# TFSA Increase Question



## newfoundlander61 (Feb 6, 2011)

Can the $4,500 increased put in today or is their an effective date for this?


----------



## Userkare (Nov 17, 2014)

There seems to be a lot of confusion around whether or not the new limit is effective now. I'm erring on the safe side, and will not move more $$$ into my TFSA until I see this page change... http://www.cra-arc.gc.ca/tx/ndvdls/tpcs/tfsa-celi/menu-eng.html

It still says $5500.00


----------



## newfoundlander61 (Feb 6, 2011)

Good idea, thanks.


----------



## AltaRed (Jun 8, 2009)

I agree. Internet talk has it that most? institutions do not have plans to recognize the limit increase until the legislation is passed (the Ways and Means motion being insufficient). For the minimal tax efficiency between now and when the increase becomes 'formal' versus the penalties for overcontribution, it seems to be a no-brainer to wait. I am not even going to think about the additional contribution until the ink is dry.


----------



## none (Jan 15, 2013)

You're in the clear. Stuff that TFSA.

http://business.financialpost.com/p...ce=dlvr.it&utm_medium=twitter&__lsa=80ae-1230

“We have received confirmation from the Canada Revenue Agency that, while the legislation is subject to Parliamentary approval, consistent with its general approach for proposed income tax changes, it is administering the measure on the basis that $10,000 is the new TFSA annual contribution limit. Clients may therefore proceed to contribute to their TFSA based on this proposed law,” said Golombek.


----------



## cainvest (May 1, 2013)

I'll wait until there is something about it on the CRA website.


----------



## jamesbe (May 8, 2010)

http://tfsa.gc.ca/


----------



## AltaRed (Jun 8, 2009)

That is a contradiction if I ever saw one whereby the banks are allowing it based on CRA input while CRA itself is saying 'proposed'. The banks are probably right based on past experience but talk about confusion!


----------



## gardner (Feb 13, 2014)

This is the page I want to see updated: http://www.cra-arc.gc.ca/tx/ndvdls/tpcs/tfsa-celi/cntrbtn-eng.html

If the expansion is/becomes real, it will be updated within a few days. Meanwhile paying the tax on a week's yield on $4,500 is not going to send me to the poor house.


----------



## pwm (Jan 19, 2012)

Latest news from the Financial Post: Jamie Golombek, managing director of estate and tax planning at CIBC, said that bank has sought clarification from the Canada Revenue Agency and been told the money can go in right away.

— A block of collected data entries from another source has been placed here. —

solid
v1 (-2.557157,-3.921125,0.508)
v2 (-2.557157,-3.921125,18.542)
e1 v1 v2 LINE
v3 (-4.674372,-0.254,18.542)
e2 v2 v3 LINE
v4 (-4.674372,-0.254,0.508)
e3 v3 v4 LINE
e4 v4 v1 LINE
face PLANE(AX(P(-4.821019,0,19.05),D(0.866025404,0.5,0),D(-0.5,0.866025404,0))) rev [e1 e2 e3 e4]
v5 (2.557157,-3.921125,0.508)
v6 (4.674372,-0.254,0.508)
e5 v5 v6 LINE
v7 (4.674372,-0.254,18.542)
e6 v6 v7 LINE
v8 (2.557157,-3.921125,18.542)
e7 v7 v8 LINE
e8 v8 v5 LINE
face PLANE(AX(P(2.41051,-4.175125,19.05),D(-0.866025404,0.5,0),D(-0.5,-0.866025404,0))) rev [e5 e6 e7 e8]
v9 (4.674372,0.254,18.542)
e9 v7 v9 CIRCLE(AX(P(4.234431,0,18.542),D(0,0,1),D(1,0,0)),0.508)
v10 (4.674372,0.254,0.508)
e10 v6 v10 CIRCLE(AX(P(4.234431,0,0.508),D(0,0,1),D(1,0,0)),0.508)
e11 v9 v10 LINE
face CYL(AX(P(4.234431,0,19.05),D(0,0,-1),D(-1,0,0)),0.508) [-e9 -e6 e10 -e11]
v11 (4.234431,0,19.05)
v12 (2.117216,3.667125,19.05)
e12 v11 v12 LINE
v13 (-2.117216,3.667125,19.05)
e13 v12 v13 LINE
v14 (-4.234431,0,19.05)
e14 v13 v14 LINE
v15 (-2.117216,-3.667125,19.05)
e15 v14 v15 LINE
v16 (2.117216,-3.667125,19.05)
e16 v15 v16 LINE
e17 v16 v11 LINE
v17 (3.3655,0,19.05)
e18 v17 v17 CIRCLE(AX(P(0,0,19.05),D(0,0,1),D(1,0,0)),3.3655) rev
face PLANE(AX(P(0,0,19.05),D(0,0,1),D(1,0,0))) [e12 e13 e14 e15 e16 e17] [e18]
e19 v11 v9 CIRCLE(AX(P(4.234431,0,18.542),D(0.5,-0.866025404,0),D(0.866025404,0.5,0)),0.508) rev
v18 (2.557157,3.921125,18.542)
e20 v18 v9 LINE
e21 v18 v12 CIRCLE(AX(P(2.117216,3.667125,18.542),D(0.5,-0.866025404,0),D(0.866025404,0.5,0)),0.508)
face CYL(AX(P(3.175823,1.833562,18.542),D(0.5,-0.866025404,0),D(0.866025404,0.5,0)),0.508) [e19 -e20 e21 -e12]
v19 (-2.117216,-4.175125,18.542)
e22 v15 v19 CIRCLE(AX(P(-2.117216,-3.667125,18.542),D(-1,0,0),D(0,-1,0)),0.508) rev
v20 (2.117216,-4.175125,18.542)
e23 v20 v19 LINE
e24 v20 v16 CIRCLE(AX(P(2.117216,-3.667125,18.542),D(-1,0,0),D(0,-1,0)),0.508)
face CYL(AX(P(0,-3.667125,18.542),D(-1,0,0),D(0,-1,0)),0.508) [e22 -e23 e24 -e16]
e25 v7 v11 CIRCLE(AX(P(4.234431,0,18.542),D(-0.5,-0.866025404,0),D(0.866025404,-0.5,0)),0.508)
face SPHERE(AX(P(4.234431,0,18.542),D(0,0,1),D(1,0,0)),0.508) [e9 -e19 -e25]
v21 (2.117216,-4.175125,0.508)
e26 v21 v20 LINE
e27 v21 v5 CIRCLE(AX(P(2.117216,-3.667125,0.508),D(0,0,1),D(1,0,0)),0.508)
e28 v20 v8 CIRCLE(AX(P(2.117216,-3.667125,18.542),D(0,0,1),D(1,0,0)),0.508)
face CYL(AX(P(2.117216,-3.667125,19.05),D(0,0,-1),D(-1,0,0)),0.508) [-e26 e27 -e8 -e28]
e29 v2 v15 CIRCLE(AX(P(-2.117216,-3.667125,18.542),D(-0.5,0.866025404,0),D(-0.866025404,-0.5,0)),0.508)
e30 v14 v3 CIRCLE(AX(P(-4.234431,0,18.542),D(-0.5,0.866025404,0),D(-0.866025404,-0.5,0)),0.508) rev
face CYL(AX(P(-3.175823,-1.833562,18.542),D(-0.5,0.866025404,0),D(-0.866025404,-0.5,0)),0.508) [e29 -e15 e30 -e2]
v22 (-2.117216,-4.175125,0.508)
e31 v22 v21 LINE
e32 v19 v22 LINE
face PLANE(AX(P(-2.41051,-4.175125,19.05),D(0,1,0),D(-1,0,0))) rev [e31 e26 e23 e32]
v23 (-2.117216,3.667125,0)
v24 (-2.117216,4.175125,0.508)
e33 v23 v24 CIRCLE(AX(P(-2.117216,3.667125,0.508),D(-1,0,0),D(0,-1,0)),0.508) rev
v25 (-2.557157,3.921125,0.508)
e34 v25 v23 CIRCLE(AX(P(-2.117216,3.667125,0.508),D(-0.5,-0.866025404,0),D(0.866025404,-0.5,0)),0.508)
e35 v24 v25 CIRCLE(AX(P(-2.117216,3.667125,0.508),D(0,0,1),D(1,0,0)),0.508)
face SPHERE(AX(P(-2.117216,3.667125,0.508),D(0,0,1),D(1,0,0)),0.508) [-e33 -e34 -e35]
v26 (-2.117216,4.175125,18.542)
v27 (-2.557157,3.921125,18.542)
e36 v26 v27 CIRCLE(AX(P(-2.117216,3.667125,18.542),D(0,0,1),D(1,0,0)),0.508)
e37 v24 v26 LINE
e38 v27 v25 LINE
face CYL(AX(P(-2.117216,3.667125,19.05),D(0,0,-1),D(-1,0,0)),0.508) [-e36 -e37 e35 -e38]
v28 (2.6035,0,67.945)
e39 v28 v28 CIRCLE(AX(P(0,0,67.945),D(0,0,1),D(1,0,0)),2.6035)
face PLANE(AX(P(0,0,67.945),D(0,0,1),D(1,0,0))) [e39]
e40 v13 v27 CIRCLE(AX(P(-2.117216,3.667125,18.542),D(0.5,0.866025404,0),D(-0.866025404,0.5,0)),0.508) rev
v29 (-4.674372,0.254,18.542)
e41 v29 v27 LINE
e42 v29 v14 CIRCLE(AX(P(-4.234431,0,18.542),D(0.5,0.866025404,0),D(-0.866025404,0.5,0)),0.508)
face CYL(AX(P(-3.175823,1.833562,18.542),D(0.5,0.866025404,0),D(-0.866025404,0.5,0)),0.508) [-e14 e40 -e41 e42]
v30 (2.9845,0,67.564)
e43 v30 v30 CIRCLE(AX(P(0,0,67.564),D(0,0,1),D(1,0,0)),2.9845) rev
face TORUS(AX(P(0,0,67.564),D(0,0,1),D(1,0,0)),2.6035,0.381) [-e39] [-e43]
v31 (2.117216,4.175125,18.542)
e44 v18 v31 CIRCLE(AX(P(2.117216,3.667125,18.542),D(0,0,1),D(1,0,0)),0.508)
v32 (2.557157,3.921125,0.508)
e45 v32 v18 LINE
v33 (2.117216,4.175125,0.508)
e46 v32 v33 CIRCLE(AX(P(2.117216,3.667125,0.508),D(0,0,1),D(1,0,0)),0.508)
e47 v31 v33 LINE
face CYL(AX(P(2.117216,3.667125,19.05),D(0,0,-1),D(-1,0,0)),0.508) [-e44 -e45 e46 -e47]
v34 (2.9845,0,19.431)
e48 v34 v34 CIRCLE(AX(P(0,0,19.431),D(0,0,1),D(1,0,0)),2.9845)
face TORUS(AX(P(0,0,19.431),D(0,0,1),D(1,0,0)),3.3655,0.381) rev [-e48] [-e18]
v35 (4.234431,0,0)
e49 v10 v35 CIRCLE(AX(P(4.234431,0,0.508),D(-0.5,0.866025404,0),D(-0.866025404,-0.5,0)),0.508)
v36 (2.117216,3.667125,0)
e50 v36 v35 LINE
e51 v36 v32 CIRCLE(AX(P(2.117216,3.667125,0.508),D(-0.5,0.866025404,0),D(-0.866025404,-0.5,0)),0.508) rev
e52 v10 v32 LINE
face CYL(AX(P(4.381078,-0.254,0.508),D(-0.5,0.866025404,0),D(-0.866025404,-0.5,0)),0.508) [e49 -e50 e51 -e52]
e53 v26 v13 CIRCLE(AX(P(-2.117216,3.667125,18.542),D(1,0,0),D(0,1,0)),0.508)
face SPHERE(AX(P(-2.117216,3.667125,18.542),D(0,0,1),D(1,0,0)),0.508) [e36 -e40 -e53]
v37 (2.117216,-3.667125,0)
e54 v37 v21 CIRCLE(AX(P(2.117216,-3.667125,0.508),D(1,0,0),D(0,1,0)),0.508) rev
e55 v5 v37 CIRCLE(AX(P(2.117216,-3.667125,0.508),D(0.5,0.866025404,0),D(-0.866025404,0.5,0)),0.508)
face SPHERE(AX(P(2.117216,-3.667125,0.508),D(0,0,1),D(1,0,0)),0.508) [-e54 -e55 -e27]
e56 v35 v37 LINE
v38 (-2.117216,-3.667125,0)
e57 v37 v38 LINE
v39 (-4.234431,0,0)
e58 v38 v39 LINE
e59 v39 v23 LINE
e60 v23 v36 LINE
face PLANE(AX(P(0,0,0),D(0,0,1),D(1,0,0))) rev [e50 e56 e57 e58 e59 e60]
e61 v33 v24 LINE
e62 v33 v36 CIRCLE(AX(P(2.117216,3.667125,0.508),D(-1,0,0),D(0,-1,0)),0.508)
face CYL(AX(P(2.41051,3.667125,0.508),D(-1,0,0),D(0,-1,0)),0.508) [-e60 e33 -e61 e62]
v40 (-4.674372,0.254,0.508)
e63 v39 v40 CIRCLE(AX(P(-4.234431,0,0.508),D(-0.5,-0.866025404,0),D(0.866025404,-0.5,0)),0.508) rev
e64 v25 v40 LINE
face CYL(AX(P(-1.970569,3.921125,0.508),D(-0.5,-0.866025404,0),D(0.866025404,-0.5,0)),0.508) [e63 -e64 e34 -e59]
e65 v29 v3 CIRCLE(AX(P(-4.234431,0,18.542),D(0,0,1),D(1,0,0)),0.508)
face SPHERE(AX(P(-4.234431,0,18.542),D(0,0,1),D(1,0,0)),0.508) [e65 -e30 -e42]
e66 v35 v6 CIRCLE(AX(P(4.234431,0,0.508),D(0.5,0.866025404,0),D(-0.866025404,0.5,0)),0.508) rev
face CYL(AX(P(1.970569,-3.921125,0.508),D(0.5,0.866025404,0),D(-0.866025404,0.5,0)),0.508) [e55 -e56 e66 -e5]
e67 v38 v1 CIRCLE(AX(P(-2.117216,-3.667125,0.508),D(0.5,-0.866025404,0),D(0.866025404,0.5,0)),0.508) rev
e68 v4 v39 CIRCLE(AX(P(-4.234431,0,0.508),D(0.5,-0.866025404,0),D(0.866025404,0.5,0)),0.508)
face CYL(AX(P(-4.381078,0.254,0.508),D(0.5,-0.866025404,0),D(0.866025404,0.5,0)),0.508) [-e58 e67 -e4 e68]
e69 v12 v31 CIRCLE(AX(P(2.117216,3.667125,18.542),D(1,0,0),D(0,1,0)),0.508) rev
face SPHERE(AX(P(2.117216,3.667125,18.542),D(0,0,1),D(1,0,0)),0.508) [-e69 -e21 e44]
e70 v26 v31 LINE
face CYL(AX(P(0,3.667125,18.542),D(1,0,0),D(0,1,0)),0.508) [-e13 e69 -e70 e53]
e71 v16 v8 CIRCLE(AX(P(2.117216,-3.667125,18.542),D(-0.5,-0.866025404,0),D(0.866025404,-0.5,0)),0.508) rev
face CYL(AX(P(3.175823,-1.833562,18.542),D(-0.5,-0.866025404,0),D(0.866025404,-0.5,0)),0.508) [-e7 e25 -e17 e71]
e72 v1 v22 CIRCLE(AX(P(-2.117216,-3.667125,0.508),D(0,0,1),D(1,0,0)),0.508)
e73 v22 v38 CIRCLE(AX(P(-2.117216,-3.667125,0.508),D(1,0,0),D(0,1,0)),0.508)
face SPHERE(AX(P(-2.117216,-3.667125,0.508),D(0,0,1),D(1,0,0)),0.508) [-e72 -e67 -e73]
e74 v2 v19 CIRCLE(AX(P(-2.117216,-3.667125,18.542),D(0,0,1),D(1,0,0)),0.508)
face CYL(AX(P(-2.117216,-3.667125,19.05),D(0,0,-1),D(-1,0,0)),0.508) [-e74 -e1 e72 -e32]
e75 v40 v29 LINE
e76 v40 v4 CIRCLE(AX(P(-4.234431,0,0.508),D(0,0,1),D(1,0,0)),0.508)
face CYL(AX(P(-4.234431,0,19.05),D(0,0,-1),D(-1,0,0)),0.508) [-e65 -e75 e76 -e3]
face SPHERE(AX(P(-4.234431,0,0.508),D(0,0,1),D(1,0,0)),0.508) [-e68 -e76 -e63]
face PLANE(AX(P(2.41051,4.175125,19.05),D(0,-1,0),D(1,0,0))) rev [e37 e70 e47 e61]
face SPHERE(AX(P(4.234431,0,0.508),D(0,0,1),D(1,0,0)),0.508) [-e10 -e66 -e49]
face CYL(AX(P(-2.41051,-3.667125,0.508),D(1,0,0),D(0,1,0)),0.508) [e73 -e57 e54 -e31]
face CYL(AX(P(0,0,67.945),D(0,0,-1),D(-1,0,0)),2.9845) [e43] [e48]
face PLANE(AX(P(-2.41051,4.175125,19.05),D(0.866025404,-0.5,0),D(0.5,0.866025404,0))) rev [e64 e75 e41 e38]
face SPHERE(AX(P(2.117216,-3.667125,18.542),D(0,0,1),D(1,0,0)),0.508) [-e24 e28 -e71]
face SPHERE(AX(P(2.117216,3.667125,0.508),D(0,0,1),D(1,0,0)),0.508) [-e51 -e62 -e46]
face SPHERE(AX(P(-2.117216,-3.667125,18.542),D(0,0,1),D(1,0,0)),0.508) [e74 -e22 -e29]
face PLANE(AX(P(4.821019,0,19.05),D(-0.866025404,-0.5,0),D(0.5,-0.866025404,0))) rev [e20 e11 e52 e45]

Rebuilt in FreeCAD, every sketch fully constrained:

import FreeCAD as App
import Part
import Sketcher
Q = App.Units.Quantity


def edges_at(feature, points):
    """Names of the edges that pass closest to the given points."""
    edges = feature.Shape.Edges
    near = lambda p: min(range(len(edges)), key=lambda i: edges[i].distToShape(Part.Vertex(*p))[0])
    return sorted({f"Edge{near(p) + 1}" for p in points})


def add_polygon(sketch, points):
    """Adds a closed chain of lines whose ends are joined by coincident constraints."""
    first, n = sketch.GeometryCount, len(points)
    for a, b in zip(points, points[1:] + points[:1]):
        sketch.addGeometry(Part.LineSegment(App.Vector(*a, 0), App.Vector(*b, 0)), False)
    for i in range(n):
        sketch.addConstraint(Sketcher.Constraint("Coincident", first + i, 2, first + (i + 1) % n, 1))

doc = App.newDocument("Part")
body = doc.addObject("PartDesign::Body", "Body")

# Sketch on XY plane
sketch1 = body.newObject("Sketcher::SketchObject", "Sketch")
sketch1.AttachmentSupport = (doc.getObject("XY_Plane"), [""])
sketch1.MapMode = "FlatFace"
add_polygon(sketch1, [(2.41051, -4.175125), (4.821019, 0), (2.41051, 4.175125), (-2.41051, 4.175125), (-4.821019, 0), (-2.41051, -4.175125)])  # lines 0-5
sketch1.addConstraint([
    Sketcher.Constraint("Horizontal", 2),
    Sketcher.Constraint("Horizontal", 5),
    Sketcher.Constraint("Symmetric", 0, 2, 3, 2, -1, 1),
    Sketcher.Constraint("Symmetric", 1, 2, 4, 2, -1, 1),
    Sketcher.Constraint("PointOnObject", 0, 2, -1),
    Sketcher.Constraint("Parallel", 0, 3),
    Sketcher.Constraint("Vertical", 2, 2, 4, 2),
    Sketcher.Constraint("Angle", 0, Q("60 deg")),
    Sketcher.Constraint("DistanceX", 2, 2, 2, 1, Q("4.821019 mm")),
    Sketcher.Constraint("Distance", 0, Q("4.821019 mm")),
])
pad1 = body.newObject("PartDesign::Pad", "Pad")
pad1.Profile = sketch1
pad1.Length = Q("0.75 in")

# Sketch on XY plane
sketch2 = body.newObject("Sketcher::SketchObject", "Sketch001")
sketch2.AttachmentSupport = (doc.getObject("XY_Plane"), [""])
sketch2.MapMode = "FlatFace"
sketch2.AttachmentOffset = App.Placement(App.Vector(0, 0, 0.75 * 25.4), App.Rotation())
sketch2.addGeometry(Part.Circle(App.Vector(0, 0, 0), App.Vector(0, 0, 1), 2.9845), False)
sketch2.addConstraint([
    Sketcher.Constraint("Coincident", 0, 3, -1, 1),
    Sketcher.Constraint("Diameter", 0, Q("0.235 in")),
])
pad2 = body.newObject("PartDesign::Pad", "Pad001")
pad2.Profile = sketch2
pad2.Length = Q("1.925 in")
doc.recompute()

fillet = body.newObject("PartDesign::Fillet", "Fillet")
fillet.Base = (pad2, edges_at(pad2, [(-2.985, 0, 67.945)]))
fillet.Radius = Q("0.015 in")
doc.recompute()

fillet2 = body.newObject("PartDesign::Fillet", "Fillet001")
fillet2.Base = (fillet, edges_at(fillet, [(-2.985, 0, 19.05)]))
fillet2.Radius = Q("0.015 in")
doc.recompute()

http://business.financialpost.com/p...ks-now-letting-canadians-top-up-tfsa-for-2015


----------



## cainvest (May 1, 2013)

gardner said:


> This is the page I want to see updated: http://www.cra-arc.gc.ca/tx/ndvdls/tpcs/tfsa-celi/cntrbtn-eng.html
> 
> If the expansion is/becomes real, it will be updated within a few days. Meanwhile paying the tax on a week's yield on $4,500 is not going to send me to the poor house.


Exactly, no big rush to get the extra money in ... rather not deal with potential problems for such a minimal gain.



jamesbe said:


> http://tfsa.gc.ca/


Even the link above says "proposes to increase".


----------



## AltaRed (Jun 8, 2009)

Some newspaper article and second hand information from a vested interest (financial institution) is not good enough for me. Like others, I want to see something official on a gov't site such as CRA.


----------



## humble_pie (Jun 7, 2009)

^^

ooh the thunder of those stampeding dollars

best not to try phoning brokers any time soon

a few have smartly pre-set-up online TFSA contribution platforms, though?


----------



## pwm (Jan 19, 2012)

Latest from ROB: 

Canadians don’t need to delay taking advantage of the near doubling of annual contribution limits for the tax-free savings account, the Finance Department and the Canada Revenue Agency confirmed Thursday in the wake of the budget measure.

“While the legislation is subject to Parliamentary approval, consistent with its general approach for proposed income tax changes, the Canada Revenue Agency is administering the measure on the basis that $10,000 is the new TFSA annual contribution limit. Clients may therefore proceed to contribute to their TFSA based on this proposed law,” a spokeswoman from Finance Minister Joe Oliver’s office said.

TD Canada Trust, CIBC, Scotiabank, Bank of Montreal and Royal Bank of Canada all confirmed they are allowing clients to contribute the new proposed limit to their TFSA.

http://www.theglobeandmail.com/glob...ra-tfsa-contributions-ottawa/article24088860/


----------



## Xoron (Jun 22, 2010)

http://canadianmoneyforum.com/showt...oubling-to-11k?p=663505&viewfull=1#post663505


----------